Despite the latest earnings cautions from major technology companies, stocks are expected to open slightly higher as government reports on retail sales figures and a key wholesale inflation index pointed to a more tempered slowdown. Though the data weren't as negative as many expected, investors continue to have high hopes that the Federal Reserve will lower interest rates at the its next policy meeting.
Corporate bottom lines continue to be threatened by the cooling economy. Major technology names Hewlett-Packard (HWP) and Gateway (GTW) said after the market close Thursday that their earnings would fall short of analyst expectations. But optimistic investors did not head for the exits in after hours trading, continuing a pattern seen in recent sessions. The market has shrugged off recent earnings warnings from tech giants Nokia Corp. (NOK ), Cisco Systems Inc. (CSCO ) and Yahoo! Inc. (YHOO ).
On Thursday, the tech-heavy Nasdaq Composite Index finished up 116.30 points, or 4.61%, at 2,640.48. The blue chip Dow Jones industrial average closed up 5.69 points, or 0.05%, at 10,609.96. The broader Standard & Poor's 500 Index ended higher by 13.58 points, or 1.03%, at 1,326.85.
Treasuries were lower following the most recent economic data on retail sales and producer price index for December that showed evidence of an overall slowdown, but not quite at a pace that will merit a giant interest slash from the Fed. The core components of the PPI rose 0.3% for the month. Economists had expected a lower rise of just 0.1%.
Retail sales meanwhile rose by 0.1%, while investors had expected a decrease of 0.2%. That figure excluding automobile sales was unchanged.

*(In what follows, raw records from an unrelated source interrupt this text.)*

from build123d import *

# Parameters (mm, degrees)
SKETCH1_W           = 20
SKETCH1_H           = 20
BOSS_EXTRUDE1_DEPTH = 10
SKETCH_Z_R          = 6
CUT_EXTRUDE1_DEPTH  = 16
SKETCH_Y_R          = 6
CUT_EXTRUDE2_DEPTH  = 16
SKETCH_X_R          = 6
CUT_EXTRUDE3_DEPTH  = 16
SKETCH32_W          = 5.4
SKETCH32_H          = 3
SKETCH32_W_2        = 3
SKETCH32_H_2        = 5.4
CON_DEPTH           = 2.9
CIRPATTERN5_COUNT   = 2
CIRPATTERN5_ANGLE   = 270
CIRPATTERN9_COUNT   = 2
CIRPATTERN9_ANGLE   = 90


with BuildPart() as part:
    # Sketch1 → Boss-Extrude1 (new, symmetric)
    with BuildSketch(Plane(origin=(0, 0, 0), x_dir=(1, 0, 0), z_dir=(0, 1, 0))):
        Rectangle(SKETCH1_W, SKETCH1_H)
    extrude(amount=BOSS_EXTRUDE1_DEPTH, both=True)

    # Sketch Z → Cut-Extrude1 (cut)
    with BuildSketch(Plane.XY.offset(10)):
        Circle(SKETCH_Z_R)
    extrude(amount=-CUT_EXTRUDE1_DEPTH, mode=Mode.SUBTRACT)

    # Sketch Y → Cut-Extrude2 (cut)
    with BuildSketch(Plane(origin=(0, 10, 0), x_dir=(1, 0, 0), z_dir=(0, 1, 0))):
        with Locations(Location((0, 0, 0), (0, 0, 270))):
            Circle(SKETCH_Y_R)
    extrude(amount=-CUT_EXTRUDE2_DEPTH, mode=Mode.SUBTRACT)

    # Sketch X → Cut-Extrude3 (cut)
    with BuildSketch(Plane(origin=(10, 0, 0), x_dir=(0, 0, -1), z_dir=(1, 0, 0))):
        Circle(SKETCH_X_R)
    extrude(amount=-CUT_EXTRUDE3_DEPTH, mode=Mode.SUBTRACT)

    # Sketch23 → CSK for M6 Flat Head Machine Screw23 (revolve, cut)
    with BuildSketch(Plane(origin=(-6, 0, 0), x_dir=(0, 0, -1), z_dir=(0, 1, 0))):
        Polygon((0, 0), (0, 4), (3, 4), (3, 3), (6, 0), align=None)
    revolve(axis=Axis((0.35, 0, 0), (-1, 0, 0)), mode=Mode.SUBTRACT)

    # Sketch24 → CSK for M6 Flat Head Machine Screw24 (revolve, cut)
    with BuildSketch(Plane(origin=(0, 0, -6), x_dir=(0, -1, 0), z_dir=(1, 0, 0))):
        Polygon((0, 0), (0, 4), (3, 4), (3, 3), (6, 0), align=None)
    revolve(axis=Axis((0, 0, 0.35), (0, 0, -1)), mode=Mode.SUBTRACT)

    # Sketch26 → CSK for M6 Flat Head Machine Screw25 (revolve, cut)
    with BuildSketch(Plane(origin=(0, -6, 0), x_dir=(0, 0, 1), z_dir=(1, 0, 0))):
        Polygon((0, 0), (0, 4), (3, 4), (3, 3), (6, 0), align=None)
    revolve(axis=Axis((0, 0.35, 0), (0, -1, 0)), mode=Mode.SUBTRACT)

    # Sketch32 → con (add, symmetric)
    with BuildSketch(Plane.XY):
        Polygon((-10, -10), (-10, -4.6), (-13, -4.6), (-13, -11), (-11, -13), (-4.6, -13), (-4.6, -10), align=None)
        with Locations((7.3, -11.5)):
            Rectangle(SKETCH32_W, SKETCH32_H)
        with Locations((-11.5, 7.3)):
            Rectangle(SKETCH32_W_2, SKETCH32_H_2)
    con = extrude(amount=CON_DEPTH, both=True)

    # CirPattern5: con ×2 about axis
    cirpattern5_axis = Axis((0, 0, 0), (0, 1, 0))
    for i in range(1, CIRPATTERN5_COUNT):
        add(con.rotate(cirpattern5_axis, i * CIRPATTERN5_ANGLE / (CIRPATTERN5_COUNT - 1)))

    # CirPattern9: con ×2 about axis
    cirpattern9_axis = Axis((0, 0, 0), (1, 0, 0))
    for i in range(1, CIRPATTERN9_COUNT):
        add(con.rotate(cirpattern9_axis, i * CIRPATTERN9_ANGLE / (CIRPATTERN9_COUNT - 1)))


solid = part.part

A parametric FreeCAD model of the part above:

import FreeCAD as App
import Part
import Sketcher
from FreeCAD import Vector

doc = App.newDocument("Part")
params = doc.addObject("Spreadsheet::Sheet", "Params")
for row, (alias, value) in enumerate([
    ("sketch1_width", "20 mm"),
    ("pad1_length", "20 mm"),
    ("sketch2_diameter", "12 mm"),
    ("pocket1_length", "16 mm"),
    ("sketch3_diameter", "12 mm"),
    ("pocket2_length", "16 mm"),
    ("sketch4_diameter", "12 mm"),
    ("pocket3_length", "16 mm"),
    ("sketch5_width", "4 mm"),
    ("sketch5_width2", "1 mm"),
    ("sketch5_height", "6 mm"),
    ("sketch5_height2", "3 mm"),
    ("groove_angle", "360 deg"),
    ("sketch6_width", "6 mm"),
    ("sketch6_width2", "3 mm"),
    ("sketch6_height", "4 mm"),
    ("sketch6_height2", "1 mm"),
    ("groove2_angle", "360 deg"),
    ("sketch7_width", "4 mm"),
    ("sketch7_width2", "1 mm"),
    ("sketch7_height", "6 mm"),
    ("sketch7_height2", "3 mm"),
    ("groove3_angle", "360 deg"),
    ("sketch8_width", "3 mm"),
    ("sketch8_width2", "6.4 mm"),
    ("sketch8_width3", "5.4 mm"),
    ("pad2_length", "5.8 mm"),
], start=1):
    params.set(f"A{row}", alias)
    params.set(f"B{row}", "=" + value)
    params.setAlias(f"B{row}", alias)

body = doc.addObject("PartDesign::Body", "Body")

sketch1 = doc.addObject("Sketcher::SketchObject", "Sketch")
body.addObject(sketch1)
sketch1.AttachmentSupport = (doc.XZ_Plane, [""])
sketch1.MapMode = "FlatFace"
sketch1.addGeometry([
    Part.LineSegment(Vector(-10, -10, 0), Vector(-10, 10, 0)),
    Part.LineSegment(Vector(-10, 10, 0), Vector(10, 10, 0)),
    Part.LineSegment(Vector(10, 10, 0), Vector(10, -10, 0)),
    Part.LineSegment(Vector(10, -10, 0), Vector(-10, -10, 0)),
], False)
sketch1.addConstraint([
    Sketcher.Constraint("Coincident", 0, 2, 1, 1),
    Sketcher.Constraint("Coincident", 1, 2, 2, 1),
    Sketcher.Constraint("Coincident", 2, 2, 3, 1),
    Sketcher.Constraint("Coincident", 3, 2, 0, 1),
    Sketcher.Constraint("Vertical", 0),
    Sketcher.Constraint("Horizontal", 1),
    Sketcher.Constraint("Vertical", 2),
    Sketcher.Constraint("Horizontal", 3),
    Sketcher.Constraint("Symmetric", 0, 2, 2, 2, -1, 1),
    Sketcher.Constraint("Equal", 3, 0),
    Sketcher.Constraint("DistanceX", 1, 1, 1, 2, 20.0),
])
sketch1.setExpression("Constraints[10]", "Params.sketch1_width")
pad1 = doc.addObject("PartDesign::Pad", "Pad")
body.addObject(pad1)
pad1.Profile = sketch1
pad1.setExpression("Length", "Params.pad1_length")
pad1.Midplane = True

European markets were higher following yesterday’s tech-led rallies. The London Financial Times-Stock Exchange 100 index gained 42.10 points, or 0.69%, to 6,157.00. In Germany, the DAX Index was up 73.08 points, or 1.13%, at 6,538.29. Meanwhile, France's CAC 40 rose 100.09 points, or 1.76%, at 5,802.87.
The Asian markets finished the last day of the week up. Japan’s Nikkei finished at 13,347.74, up 1.11%, led by core high-tech issues such as Sony Corp and NEC Corp. Hong Kong's Hang Seng Index finished up 204.65, or 1.36%, at 15295.42, with property issues leading the way after investment houses said expected interest rate cuts would help the sector.